Collected data entries:
BEGIN
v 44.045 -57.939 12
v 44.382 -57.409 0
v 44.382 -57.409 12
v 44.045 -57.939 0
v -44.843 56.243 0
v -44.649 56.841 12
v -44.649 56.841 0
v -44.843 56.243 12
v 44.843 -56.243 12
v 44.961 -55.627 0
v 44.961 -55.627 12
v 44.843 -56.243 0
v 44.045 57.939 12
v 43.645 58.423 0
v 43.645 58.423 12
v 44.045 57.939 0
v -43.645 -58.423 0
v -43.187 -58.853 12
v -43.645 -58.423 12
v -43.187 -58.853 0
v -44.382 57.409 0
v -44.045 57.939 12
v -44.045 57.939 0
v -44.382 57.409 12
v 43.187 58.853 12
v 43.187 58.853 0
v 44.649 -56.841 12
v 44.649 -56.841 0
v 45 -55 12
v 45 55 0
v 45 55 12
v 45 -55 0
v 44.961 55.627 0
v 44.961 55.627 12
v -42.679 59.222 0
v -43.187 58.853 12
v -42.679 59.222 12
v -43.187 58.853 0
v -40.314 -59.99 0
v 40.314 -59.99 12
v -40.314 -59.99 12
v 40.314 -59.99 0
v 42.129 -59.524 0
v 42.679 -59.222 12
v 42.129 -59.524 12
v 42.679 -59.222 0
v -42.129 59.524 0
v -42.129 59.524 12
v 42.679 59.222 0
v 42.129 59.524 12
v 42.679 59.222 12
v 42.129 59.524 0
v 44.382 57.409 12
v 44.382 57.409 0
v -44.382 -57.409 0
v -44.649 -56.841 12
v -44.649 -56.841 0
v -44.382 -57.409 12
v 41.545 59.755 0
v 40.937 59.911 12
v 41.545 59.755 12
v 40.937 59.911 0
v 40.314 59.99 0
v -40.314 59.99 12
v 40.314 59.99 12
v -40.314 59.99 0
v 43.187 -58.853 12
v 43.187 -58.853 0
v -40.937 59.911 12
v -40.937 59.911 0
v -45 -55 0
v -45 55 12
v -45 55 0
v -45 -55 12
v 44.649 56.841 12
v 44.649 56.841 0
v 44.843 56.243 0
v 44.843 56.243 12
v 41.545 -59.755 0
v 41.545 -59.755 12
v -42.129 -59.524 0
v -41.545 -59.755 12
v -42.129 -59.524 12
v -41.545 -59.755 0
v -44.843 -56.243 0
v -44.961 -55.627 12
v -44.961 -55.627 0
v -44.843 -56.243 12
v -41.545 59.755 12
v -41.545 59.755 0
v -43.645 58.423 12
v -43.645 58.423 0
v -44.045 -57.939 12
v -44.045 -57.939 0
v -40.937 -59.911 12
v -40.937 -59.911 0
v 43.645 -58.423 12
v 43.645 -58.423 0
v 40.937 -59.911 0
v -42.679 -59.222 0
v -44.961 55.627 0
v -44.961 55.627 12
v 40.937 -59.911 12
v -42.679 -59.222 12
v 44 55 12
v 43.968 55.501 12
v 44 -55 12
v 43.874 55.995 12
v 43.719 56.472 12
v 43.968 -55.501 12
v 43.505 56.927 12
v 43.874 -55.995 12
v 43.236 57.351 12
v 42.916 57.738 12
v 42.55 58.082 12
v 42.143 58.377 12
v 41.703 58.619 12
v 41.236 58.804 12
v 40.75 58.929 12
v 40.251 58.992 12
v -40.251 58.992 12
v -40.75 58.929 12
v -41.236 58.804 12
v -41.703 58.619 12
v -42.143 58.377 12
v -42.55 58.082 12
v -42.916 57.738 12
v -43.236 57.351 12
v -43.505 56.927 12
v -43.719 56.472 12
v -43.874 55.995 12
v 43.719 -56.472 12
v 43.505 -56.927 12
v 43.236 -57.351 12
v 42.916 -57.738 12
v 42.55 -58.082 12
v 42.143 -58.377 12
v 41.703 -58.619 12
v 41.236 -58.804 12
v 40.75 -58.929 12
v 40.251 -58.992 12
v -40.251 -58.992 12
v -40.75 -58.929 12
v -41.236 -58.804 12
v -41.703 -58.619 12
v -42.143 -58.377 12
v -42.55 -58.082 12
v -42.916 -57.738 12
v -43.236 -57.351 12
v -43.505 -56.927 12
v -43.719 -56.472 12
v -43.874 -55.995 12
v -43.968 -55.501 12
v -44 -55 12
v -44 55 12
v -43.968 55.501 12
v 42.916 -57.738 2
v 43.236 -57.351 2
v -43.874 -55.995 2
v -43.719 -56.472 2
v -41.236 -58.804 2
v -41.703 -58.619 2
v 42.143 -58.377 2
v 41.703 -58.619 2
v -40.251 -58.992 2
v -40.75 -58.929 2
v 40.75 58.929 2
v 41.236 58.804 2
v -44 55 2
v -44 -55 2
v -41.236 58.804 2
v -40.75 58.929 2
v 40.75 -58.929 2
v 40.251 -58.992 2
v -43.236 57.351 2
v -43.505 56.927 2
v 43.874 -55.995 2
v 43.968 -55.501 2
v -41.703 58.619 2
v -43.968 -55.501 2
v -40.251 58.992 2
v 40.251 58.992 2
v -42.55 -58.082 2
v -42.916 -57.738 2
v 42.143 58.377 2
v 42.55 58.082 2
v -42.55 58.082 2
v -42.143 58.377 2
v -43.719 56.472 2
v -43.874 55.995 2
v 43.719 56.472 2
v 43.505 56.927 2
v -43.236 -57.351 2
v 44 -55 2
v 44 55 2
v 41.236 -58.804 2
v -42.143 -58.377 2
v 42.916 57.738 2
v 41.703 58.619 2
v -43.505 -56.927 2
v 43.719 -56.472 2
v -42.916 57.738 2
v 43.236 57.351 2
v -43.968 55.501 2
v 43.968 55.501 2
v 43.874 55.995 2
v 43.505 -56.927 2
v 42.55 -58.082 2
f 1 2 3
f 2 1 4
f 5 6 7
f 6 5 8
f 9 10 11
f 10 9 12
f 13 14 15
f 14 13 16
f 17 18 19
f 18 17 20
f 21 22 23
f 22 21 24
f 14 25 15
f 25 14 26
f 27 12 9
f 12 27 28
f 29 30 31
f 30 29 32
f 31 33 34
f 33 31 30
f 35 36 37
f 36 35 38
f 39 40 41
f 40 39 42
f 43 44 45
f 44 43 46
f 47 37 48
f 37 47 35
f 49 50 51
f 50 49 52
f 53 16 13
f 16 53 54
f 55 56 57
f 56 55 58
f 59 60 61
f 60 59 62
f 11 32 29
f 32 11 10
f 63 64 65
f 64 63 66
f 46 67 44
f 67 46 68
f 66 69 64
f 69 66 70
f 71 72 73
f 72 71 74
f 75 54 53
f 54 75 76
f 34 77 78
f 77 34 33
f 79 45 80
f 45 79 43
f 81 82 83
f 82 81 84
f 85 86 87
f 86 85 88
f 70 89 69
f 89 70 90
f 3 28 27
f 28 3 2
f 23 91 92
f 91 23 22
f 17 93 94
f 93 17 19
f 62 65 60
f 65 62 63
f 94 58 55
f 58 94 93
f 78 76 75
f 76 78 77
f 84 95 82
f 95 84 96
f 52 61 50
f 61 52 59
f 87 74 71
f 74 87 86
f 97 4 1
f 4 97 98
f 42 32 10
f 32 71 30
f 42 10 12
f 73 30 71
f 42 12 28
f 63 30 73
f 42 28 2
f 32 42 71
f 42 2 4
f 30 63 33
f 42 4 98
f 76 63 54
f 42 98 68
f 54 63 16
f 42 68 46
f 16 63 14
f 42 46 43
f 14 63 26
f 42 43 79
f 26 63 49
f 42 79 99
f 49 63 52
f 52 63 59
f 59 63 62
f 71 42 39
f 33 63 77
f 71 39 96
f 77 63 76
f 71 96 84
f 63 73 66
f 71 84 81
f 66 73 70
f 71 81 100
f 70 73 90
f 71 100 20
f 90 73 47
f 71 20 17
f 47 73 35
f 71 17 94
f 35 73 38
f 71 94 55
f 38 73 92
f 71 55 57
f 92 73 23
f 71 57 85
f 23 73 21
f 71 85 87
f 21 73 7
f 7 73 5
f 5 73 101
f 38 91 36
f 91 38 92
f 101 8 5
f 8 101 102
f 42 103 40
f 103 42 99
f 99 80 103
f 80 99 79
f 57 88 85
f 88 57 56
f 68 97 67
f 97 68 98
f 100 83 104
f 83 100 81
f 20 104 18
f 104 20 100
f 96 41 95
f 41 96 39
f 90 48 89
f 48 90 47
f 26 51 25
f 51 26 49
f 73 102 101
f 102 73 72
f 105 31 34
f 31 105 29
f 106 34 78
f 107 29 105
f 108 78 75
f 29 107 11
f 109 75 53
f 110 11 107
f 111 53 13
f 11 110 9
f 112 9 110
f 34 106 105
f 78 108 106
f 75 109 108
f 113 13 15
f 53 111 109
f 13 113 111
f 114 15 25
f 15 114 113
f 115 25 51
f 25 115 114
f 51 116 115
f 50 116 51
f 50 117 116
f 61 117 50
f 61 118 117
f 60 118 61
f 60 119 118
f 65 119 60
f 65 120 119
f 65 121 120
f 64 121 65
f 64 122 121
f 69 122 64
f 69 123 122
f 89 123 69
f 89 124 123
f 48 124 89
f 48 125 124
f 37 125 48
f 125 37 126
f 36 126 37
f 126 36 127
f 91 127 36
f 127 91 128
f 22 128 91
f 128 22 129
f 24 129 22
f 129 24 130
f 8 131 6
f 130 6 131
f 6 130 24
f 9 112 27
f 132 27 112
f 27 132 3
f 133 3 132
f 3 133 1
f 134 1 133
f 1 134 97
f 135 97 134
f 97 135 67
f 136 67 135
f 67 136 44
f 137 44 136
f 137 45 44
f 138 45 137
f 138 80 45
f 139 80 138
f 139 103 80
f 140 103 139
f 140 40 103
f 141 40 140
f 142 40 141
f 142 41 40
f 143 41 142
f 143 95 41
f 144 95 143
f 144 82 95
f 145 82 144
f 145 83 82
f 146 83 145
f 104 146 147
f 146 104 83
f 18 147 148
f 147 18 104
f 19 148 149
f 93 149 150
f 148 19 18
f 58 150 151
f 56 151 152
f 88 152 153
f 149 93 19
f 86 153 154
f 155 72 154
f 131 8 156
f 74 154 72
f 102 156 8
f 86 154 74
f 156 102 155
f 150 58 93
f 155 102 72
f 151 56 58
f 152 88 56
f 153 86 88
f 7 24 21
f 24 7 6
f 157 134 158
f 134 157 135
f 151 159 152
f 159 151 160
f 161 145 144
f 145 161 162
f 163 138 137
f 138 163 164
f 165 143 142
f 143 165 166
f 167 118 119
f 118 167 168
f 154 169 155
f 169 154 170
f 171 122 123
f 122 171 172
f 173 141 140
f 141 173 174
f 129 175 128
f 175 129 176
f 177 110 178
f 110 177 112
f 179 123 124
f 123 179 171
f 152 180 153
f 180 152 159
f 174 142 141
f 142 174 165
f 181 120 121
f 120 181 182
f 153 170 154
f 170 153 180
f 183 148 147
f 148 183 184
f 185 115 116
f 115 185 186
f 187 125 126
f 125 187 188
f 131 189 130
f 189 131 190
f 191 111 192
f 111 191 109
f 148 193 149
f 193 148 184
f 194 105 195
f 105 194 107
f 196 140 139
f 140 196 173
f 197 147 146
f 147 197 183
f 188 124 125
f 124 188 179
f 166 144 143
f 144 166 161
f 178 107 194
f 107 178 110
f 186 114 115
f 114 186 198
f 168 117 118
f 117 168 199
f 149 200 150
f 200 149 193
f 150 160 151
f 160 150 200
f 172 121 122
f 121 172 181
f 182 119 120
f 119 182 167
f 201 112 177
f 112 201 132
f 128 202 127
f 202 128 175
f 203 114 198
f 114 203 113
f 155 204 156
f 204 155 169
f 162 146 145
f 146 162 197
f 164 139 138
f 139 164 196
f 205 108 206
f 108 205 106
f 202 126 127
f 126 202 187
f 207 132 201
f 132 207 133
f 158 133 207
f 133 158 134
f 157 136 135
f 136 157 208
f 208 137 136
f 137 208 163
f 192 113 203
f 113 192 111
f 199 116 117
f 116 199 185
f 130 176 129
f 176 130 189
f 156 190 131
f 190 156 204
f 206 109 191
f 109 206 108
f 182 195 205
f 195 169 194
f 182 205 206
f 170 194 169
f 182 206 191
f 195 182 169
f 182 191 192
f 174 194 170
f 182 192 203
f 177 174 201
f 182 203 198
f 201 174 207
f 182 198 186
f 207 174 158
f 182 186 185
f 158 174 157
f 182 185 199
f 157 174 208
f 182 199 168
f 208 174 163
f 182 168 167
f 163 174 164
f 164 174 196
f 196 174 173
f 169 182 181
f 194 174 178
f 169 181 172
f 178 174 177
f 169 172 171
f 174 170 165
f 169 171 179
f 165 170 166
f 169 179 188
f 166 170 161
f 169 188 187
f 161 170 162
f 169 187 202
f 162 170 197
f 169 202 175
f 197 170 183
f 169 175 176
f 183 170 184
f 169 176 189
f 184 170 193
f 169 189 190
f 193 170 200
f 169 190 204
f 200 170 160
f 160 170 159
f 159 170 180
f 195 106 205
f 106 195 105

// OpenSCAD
$fn = 50;


difference() {
	union() {
		hull() {
			translate(v = [-40.0000000000, 55.0000000000, 0]) {
				cylinder(h = 12, r = 5);
			}
			translate(v = [40.0000000000, 55.0000000000, 0]) {
				cylinder(h = 12, r = 5);
			}
			translate(v = [-40.0000000000, -55.0000000000, 0]) {
				cylinder(h = 12, r = 5);
			}
			translate(v = [40.0000000000, -55.0000000000, 0]) {
				cylinder(h = 12, r = 5);
			}
		}
	}
	union() {
		translate(v = [0, 0, 2]) {
			hull() {
				translate(v = [-40.0000000000, 55.0000000000, 0]) {
					cylinder(h = 10, r = 4);
				}
				translate(v = [40.0000000000, 55.0000000000, 0]) {
					cylinder(h = 10, r = 4);
				}
				translate(v = [-40.0000000000, -55.0000000000, 0]) {
					cylinder(h = 10, r = 4);
				}
				translate(v = [40.0000000000, -55.0000000000, 0]) {
					cylinder(h = 10, r = 4);
				}
			}
		}
	}
}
END
» **WHAT NEEDS TO BE DONE**
Scan the records above for the lines holding "v -40.314 -59.99 12" and "v -44.961 -55.627 0". Transcribe those two and every line between them word for word, and no others.

» **EXERCISE RESULT**
v -40.314 -59.99 12
v 40.314 -59.99 0
v 42.129 -59.524 0
v 42.679 -59.222 12
v 42.129 -59.524 12
v 42.679 -59.222 0
v -42.129 59.524 0
v -42.129 59.524 12
v 42.679 59.222 0
v 42.129 59.524 12
v 42.679 59.222 12
v 42.129 59.524 0
v 44.382 57.409 12
v 44.382 57.409 0
v -44.382 -57.409 0
v -44.649 -56.841 12
v -44.649 -56.841 0
v -44.382 -57.409 12
v 41.545 59.755 0
v 40.937 59.911 12
v 41.545 59.755 12
v 40.937 59.911 0
v 40.314 59.99 0
v -40.314 59.99 12
v 40.314 59.99 12
v -40.314 59.99 0
v 43.187 -58.853 12
v 43.187 -58.853 0
v -40.937 59.911 12
v -40.937 59.911 0
v -45 -55 0
v -45 55 12
v -45 55 0
v -45 -55 12
v 44.649 56.841 12
v 44.649 56.841 0
v 44.843 56.243 0
v 44.843 56.243 12
v 41.545 -59.755 0
v 41.545 -59.755 12
v -42.129 -59.524 0
v -41.545 -59.755 12
v -42.129 -59.524 12
v -41.545 -59.755 0
v -44.843 -56.243 0
v -44.961 -55.627 12
v -44.961 -55.627 0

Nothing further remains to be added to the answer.